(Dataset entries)

------------

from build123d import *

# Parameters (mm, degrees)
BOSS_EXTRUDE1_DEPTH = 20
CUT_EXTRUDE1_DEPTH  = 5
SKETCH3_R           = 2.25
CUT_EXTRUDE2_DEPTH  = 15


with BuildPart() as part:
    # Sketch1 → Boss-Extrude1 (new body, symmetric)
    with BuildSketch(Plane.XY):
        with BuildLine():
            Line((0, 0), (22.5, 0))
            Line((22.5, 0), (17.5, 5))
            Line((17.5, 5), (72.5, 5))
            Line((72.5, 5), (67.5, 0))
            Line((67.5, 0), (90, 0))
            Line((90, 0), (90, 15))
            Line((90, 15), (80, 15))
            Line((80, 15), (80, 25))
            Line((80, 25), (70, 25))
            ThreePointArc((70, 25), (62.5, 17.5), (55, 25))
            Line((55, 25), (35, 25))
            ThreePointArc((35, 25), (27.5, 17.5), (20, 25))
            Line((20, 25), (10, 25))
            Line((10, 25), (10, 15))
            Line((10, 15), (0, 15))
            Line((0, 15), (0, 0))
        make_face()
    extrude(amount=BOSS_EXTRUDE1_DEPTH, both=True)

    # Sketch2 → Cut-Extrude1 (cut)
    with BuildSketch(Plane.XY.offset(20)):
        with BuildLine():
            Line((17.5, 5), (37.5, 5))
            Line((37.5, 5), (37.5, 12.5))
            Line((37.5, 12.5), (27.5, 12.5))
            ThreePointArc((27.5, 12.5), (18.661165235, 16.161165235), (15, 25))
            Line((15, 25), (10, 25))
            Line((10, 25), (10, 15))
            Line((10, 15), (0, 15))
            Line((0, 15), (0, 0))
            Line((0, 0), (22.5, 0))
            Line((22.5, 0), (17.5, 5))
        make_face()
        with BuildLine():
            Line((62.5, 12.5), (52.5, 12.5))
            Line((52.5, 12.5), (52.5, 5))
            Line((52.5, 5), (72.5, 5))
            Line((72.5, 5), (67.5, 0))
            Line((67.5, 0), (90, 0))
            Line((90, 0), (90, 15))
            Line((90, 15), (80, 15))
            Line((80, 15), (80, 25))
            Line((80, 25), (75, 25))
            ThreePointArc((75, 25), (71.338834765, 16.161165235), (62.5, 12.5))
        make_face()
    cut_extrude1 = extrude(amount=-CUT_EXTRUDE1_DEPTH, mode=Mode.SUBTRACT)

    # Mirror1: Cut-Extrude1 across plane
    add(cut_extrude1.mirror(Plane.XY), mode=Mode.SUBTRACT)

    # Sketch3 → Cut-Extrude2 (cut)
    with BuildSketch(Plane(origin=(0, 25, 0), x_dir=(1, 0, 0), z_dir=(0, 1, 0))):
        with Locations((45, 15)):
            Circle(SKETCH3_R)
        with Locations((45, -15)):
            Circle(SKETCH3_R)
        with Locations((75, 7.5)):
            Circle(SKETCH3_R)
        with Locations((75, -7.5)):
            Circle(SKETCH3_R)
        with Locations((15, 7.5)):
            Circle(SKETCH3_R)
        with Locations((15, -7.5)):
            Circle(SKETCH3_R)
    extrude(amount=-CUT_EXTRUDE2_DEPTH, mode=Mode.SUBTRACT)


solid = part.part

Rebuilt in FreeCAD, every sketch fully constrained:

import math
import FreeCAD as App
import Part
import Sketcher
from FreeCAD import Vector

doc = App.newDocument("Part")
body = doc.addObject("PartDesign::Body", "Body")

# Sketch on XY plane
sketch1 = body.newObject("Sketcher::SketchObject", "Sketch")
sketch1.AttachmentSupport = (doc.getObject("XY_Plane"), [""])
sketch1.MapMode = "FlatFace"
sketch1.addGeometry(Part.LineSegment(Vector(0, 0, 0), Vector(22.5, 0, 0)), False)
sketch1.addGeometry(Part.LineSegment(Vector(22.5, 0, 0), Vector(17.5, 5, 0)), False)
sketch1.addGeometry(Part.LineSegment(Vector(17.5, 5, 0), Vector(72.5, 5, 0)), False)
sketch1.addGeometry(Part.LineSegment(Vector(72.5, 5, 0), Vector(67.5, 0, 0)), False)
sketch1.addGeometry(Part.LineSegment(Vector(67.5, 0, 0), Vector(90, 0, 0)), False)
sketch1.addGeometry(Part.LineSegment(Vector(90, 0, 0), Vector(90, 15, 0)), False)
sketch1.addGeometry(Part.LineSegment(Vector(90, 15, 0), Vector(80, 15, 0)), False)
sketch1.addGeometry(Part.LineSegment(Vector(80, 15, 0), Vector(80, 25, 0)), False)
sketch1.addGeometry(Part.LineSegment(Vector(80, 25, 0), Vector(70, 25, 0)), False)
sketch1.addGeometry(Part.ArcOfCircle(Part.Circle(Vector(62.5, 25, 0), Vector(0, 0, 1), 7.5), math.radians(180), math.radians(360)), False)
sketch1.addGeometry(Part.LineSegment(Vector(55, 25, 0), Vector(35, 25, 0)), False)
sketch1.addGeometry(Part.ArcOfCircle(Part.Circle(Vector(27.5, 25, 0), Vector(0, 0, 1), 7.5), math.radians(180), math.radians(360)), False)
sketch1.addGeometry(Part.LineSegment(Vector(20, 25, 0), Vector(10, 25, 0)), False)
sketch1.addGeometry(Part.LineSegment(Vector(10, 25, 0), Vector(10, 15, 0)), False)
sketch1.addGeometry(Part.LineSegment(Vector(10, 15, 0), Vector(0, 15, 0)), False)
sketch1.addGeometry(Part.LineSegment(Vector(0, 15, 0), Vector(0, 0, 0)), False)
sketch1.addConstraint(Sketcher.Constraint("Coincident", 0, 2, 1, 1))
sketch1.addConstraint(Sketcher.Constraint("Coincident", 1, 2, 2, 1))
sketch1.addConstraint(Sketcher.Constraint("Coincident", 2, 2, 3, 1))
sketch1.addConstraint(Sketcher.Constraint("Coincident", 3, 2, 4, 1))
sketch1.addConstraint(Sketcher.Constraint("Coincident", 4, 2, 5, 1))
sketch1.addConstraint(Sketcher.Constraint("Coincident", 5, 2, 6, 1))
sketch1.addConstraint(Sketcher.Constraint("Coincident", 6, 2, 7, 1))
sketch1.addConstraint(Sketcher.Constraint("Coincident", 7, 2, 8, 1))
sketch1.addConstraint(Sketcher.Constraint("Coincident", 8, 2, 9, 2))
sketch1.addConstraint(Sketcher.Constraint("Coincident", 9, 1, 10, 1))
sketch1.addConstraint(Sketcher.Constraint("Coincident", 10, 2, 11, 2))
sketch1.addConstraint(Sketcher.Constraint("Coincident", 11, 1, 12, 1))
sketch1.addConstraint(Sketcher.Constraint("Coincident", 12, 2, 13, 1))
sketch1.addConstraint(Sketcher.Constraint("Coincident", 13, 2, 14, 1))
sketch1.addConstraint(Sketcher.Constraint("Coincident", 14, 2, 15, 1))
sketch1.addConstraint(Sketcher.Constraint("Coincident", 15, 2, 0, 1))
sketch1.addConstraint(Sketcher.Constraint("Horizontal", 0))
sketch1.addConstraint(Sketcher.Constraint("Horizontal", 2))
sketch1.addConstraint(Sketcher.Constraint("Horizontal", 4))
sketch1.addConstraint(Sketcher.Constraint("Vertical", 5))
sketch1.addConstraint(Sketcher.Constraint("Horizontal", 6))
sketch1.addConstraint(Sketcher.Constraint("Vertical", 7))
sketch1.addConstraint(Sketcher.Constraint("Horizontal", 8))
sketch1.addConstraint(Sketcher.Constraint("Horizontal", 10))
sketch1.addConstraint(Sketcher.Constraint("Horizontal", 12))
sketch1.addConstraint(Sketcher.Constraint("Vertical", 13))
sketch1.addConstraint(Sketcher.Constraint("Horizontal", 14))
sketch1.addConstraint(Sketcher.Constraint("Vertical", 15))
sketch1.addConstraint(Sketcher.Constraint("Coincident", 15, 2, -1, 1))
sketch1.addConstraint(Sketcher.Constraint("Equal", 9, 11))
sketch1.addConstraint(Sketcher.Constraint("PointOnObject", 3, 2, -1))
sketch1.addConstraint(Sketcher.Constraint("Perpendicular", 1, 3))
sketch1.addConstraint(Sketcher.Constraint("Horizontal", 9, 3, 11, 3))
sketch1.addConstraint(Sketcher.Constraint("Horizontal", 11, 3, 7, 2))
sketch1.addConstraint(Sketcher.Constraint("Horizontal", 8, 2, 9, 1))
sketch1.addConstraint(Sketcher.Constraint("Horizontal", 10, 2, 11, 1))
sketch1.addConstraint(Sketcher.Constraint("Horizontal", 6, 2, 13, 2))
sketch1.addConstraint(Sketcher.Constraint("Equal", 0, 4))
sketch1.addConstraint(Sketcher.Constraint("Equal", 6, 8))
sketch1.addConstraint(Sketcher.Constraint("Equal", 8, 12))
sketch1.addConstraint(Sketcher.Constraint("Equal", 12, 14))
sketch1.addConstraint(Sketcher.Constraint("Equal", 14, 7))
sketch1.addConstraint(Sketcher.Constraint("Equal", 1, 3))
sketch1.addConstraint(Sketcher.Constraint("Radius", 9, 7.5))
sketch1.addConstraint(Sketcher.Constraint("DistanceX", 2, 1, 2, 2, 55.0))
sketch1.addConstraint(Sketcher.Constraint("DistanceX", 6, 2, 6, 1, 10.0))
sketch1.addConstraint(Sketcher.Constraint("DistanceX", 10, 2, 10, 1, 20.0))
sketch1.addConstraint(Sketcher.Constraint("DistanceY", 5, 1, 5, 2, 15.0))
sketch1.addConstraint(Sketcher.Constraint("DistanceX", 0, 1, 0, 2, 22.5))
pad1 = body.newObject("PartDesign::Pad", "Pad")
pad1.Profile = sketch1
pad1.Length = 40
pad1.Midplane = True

------------

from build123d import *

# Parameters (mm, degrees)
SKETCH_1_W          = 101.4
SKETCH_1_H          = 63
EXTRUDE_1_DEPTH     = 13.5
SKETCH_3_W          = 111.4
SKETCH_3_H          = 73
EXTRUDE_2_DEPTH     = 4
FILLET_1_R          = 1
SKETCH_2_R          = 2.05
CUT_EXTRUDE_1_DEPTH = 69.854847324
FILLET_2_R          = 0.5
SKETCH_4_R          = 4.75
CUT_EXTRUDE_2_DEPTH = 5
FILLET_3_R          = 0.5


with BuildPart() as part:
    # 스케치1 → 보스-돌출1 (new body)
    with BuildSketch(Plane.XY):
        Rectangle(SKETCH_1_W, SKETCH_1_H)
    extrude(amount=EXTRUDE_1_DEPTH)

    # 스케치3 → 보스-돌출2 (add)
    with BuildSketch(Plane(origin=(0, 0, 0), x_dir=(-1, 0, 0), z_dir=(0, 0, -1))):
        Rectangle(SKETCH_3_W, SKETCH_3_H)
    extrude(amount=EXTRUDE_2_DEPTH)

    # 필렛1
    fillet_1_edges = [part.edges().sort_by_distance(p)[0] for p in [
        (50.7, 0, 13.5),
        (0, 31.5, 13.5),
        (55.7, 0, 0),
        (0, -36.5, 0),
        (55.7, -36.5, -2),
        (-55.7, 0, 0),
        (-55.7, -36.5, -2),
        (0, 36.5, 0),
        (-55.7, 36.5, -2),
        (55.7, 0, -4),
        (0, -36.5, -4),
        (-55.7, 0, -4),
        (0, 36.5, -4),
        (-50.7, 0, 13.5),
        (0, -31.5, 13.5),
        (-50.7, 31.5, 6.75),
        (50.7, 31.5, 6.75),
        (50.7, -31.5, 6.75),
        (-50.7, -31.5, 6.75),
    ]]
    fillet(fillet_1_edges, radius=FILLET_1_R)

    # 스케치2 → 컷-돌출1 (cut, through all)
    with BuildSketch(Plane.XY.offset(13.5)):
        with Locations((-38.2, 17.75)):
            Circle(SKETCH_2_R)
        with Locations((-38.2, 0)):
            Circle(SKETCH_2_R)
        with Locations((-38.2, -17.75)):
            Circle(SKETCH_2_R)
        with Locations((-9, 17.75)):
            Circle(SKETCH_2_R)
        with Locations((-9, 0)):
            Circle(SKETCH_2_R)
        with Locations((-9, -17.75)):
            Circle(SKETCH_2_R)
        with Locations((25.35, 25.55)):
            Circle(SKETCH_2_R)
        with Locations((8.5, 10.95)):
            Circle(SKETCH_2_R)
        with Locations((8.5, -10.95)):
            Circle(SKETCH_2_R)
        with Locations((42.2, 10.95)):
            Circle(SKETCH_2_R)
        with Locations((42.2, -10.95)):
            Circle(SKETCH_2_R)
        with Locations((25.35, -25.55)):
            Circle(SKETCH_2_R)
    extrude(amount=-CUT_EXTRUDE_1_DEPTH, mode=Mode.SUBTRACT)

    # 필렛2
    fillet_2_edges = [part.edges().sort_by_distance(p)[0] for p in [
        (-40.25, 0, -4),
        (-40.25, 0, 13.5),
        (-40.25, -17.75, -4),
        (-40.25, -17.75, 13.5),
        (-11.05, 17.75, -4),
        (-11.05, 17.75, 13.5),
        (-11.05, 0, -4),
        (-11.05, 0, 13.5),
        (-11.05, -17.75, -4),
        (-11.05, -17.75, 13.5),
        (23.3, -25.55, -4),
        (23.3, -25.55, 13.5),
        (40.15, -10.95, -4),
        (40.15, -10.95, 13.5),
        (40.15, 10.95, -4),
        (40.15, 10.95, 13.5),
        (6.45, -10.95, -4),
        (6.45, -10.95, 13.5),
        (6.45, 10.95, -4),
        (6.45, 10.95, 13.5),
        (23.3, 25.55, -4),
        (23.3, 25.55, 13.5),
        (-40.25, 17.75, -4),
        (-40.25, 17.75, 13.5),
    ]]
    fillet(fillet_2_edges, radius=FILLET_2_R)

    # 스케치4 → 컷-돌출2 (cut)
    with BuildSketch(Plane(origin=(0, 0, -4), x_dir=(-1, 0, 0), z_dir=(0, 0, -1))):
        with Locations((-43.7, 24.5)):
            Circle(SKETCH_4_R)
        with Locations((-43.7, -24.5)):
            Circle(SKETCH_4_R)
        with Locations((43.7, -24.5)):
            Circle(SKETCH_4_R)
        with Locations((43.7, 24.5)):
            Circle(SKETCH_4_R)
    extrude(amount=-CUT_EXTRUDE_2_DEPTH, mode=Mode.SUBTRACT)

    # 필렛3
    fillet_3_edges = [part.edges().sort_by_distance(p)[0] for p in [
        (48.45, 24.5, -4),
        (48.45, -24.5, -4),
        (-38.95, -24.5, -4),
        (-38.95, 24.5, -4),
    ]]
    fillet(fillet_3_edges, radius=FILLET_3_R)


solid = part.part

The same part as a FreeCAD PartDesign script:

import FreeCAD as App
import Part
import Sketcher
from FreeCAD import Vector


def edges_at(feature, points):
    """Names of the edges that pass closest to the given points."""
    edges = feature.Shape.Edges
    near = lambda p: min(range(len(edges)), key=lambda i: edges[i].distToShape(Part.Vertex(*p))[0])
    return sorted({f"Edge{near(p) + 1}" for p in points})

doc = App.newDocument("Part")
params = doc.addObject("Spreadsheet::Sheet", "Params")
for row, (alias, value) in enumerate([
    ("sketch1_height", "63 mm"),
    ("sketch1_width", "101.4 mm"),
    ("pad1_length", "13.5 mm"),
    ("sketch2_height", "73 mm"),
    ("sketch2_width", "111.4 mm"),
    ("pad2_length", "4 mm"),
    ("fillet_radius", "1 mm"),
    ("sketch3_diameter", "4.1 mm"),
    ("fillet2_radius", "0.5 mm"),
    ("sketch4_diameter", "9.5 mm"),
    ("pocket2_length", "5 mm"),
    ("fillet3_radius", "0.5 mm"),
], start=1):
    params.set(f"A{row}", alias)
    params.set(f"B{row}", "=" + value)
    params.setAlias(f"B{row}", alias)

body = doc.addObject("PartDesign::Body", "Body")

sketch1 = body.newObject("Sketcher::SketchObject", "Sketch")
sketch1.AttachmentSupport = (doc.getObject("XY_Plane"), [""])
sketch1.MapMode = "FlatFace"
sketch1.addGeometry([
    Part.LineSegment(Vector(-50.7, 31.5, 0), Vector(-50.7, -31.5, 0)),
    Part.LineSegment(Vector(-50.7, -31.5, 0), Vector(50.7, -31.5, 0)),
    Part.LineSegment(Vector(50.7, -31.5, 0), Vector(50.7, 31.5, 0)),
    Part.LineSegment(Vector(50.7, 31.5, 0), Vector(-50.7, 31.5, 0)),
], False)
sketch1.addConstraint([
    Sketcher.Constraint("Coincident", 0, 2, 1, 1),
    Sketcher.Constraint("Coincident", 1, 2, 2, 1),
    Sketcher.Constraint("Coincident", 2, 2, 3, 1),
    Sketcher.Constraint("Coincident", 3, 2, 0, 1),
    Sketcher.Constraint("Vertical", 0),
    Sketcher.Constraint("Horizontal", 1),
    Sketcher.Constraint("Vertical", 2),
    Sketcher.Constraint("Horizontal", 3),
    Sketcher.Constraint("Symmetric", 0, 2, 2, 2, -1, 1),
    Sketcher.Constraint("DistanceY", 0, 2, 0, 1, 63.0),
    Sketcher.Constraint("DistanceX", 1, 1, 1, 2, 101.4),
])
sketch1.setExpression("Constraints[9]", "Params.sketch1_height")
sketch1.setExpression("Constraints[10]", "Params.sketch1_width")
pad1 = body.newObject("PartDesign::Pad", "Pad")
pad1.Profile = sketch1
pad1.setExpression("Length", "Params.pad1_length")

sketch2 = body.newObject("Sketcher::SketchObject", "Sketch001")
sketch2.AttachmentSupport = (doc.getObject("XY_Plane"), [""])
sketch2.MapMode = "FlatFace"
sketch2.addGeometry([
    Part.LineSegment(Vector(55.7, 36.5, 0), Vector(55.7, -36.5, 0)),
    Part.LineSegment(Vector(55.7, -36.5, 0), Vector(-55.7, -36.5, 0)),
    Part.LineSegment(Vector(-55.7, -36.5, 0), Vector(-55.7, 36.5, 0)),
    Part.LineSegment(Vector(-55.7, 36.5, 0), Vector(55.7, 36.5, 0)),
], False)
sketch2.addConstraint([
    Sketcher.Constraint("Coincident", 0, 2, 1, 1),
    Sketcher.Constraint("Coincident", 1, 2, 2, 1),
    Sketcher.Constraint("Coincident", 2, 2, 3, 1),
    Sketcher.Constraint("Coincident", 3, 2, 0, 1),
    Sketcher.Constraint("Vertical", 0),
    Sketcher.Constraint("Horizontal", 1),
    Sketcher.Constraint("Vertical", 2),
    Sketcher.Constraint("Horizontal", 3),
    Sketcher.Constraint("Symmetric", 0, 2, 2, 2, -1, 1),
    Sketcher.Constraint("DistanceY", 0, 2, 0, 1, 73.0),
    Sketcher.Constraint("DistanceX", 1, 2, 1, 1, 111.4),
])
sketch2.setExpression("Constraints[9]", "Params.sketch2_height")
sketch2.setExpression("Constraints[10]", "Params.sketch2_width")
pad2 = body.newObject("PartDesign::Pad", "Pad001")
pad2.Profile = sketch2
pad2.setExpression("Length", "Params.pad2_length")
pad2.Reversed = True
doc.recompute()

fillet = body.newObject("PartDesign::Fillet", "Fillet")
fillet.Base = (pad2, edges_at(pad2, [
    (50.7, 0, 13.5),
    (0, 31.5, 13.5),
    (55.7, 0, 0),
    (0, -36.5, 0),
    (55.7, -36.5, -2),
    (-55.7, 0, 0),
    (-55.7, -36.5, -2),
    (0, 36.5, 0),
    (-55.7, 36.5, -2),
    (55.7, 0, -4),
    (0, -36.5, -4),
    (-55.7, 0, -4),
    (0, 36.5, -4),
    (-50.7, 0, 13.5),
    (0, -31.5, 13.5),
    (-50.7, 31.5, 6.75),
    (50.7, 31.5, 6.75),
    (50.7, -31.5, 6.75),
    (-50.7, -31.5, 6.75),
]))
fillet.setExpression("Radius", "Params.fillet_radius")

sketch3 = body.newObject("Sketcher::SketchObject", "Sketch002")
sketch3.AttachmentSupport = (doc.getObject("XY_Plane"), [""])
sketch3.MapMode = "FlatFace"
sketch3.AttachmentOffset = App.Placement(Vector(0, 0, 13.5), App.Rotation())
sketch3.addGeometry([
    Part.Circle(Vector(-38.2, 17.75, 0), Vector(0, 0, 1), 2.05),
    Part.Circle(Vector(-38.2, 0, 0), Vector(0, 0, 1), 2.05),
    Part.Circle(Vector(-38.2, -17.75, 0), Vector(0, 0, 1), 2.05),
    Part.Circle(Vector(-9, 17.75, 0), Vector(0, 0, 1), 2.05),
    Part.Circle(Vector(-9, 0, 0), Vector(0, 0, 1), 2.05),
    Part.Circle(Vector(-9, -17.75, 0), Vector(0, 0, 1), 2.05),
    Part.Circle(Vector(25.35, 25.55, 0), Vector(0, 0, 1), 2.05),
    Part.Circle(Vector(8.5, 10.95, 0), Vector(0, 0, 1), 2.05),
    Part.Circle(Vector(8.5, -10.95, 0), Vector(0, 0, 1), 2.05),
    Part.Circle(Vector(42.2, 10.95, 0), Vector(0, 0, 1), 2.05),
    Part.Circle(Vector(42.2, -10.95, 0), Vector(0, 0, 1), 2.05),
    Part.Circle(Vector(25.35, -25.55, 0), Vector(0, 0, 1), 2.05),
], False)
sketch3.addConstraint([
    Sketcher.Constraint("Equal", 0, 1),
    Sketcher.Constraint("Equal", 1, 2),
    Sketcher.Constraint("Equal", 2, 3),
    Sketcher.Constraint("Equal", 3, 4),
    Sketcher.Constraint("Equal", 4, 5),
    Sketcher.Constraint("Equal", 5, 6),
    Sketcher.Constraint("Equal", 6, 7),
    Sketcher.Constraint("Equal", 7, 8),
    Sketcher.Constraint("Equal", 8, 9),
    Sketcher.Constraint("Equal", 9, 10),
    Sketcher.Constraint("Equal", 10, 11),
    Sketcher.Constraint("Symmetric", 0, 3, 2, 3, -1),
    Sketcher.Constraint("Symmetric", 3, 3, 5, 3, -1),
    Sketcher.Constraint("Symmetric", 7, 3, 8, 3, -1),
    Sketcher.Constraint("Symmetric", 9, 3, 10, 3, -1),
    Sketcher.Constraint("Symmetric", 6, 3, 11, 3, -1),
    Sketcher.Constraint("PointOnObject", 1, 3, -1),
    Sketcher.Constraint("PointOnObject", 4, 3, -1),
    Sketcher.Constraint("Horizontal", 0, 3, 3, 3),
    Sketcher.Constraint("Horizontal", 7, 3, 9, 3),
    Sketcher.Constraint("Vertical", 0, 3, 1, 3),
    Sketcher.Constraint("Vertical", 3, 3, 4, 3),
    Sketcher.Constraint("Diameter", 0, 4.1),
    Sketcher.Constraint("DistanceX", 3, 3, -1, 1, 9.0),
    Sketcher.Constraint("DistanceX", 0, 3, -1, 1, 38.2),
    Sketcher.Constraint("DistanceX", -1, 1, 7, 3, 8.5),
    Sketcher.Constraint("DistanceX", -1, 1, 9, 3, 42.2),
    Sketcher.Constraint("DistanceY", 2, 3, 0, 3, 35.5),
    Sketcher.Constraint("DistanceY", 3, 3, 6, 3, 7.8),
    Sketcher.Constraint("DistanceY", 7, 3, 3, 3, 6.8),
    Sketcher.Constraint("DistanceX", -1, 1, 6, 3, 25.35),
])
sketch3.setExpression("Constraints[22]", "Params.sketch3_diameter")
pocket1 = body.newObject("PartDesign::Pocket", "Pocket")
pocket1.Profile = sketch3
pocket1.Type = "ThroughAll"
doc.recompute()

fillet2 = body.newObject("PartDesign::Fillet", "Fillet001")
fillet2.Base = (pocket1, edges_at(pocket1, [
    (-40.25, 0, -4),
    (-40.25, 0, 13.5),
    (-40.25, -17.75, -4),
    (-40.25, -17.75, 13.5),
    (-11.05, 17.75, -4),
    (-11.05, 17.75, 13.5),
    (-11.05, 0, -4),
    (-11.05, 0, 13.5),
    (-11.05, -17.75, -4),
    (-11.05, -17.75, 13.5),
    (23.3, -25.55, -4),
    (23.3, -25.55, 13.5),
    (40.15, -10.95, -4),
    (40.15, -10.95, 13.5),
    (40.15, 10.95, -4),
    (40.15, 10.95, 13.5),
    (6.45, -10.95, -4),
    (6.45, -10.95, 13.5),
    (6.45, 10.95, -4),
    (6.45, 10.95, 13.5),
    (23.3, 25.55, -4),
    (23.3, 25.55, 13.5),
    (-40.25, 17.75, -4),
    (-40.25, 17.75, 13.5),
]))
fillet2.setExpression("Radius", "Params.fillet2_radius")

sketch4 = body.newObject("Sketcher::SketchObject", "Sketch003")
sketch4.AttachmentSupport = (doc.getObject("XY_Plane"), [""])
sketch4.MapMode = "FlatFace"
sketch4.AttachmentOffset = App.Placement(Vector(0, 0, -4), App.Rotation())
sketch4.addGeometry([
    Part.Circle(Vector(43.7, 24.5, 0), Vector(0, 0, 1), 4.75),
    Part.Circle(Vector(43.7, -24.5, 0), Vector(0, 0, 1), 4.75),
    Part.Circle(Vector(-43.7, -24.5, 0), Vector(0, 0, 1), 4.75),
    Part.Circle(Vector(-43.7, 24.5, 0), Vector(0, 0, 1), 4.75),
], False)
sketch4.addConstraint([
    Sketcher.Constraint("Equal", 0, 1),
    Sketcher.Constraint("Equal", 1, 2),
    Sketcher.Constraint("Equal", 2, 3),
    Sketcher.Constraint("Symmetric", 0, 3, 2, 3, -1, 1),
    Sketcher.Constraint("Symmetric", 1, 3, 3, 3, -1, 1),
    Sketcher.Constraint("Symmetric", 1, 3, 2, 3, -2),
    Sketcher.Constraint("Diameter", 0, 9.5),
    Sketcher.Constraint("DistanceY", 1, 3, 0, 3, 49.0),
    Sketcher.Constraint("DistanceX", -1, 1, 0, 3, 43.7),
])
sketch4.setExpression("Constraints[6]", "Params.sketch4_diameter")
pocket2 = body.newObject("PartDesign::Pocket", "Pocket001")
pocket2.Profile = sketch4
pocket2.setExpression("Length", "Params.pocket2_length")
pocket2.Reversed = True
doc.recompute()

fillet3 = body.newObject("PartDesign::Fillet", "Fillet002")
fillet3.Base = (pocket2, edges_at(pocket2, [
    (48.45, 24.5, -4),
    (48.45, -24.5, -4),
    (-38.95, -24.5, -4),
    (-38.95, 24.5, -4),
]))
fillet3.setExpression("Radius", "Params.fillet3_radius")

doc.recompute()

------------

Activity - Wherever a line of the entries holds the string "Rectangle", copy that line.

Result of this task -
        Rectangle(SKETCH_1_W, SKETCH_1_H)
        Rectangle(SKETCH_3_W, SKETCH_3_H)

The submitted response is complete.